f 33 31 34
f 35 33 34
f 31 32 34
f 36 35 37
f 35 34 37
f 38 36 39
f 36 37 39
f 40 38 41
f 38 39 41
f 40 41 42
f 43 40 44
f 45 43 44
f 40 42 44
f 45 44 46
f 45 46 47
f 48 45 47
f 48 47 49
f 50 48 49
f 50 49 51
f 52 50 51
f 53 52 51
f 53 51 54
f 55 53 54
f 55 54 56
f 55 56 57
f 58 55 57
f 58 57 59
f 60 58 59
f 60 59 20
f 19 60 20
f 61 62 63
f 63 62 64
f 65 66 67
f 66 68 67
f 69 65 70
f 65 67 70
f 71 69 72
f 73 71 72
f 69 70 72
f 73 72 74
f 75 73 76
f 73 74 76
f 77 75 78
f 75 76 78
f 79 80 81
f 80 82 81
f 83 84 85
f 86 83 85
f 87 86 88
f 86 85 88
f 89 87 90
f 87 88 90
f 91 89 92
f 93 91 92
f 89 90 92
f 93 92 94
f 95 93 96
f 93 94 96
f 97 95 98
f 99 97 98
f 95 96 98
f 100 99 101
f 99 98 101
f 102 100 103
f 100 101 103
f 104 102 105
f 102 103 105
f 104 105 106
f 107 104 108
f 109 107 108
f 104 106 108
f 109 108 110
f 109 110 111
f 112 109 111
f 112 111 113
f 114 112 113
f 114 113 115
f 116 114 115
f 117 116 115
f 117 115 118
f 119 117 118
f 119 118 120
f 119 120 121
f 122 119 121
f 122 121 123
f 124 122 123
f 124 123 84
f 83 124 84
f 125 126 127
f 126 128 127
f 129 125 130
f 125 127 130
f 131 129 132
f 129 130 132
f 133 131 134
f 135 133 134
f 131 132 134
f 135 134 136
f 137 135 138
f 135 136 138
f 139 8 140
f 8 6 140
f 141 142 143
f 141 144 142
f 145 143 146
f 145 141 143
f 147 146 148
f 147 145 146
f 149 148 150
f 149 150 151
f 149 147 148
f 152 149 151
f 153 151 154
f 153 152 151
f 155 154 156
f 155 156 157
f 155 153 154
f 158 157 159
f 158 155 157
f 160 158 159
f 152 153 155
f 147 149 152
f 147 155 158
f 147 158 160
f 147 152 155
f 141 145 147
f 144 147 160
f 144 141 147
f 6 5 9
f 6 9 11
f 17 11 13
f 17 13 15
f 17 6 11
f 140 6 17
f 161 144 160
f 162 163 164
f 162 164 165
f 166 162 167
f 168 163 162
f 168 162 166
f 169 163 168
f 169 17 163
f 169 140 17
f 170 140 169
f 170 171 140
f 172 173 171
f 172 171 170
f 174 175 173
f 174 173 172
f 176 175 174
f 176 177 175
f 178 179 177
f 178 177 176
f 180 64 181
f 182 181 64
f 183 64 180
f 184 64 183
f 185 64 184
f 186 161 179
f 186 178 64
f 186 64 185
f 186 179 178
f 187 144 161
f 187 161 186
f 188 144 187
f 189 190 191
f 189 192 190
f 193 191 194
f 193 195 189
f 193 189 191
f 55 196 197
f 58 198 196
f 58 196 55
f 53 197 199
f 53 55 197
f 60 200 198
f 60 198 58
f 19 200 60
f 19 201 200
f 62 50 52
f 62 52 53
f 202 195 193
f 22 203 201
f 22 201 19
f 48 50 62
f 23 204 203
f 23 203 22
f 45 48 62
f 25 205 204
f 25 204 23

* What you are asked to do: Copy verbatim, from the listing above, each line from the one containing "f 117 115 118" down to the one containing "f 149 147 148", inclusive.

* Solution below:
f 117 115 118
f 119 117 118
f 119 118 120
f 119 120 121
f 122 119 121
f 122 121 123
f 124 122 123
f 124 123 84
f 83 124 84
f 125 126 127
f 126 128 127
f 129 125 130
f 125 127 130
f 131 129 132
f 129 130 132
f 133 131 134
f 135 133 134
f 131 132 134
f 135 134 136
f 137 135 138
f 135 136 138
f 139 8 140
f 8 6 140
f 141 142 143
f 141 144 142
f 145 143 146
f 145 141 143
f 147 146 148
f 147 145 146
f 149 148 150
f 149 150 151
f 149 147 148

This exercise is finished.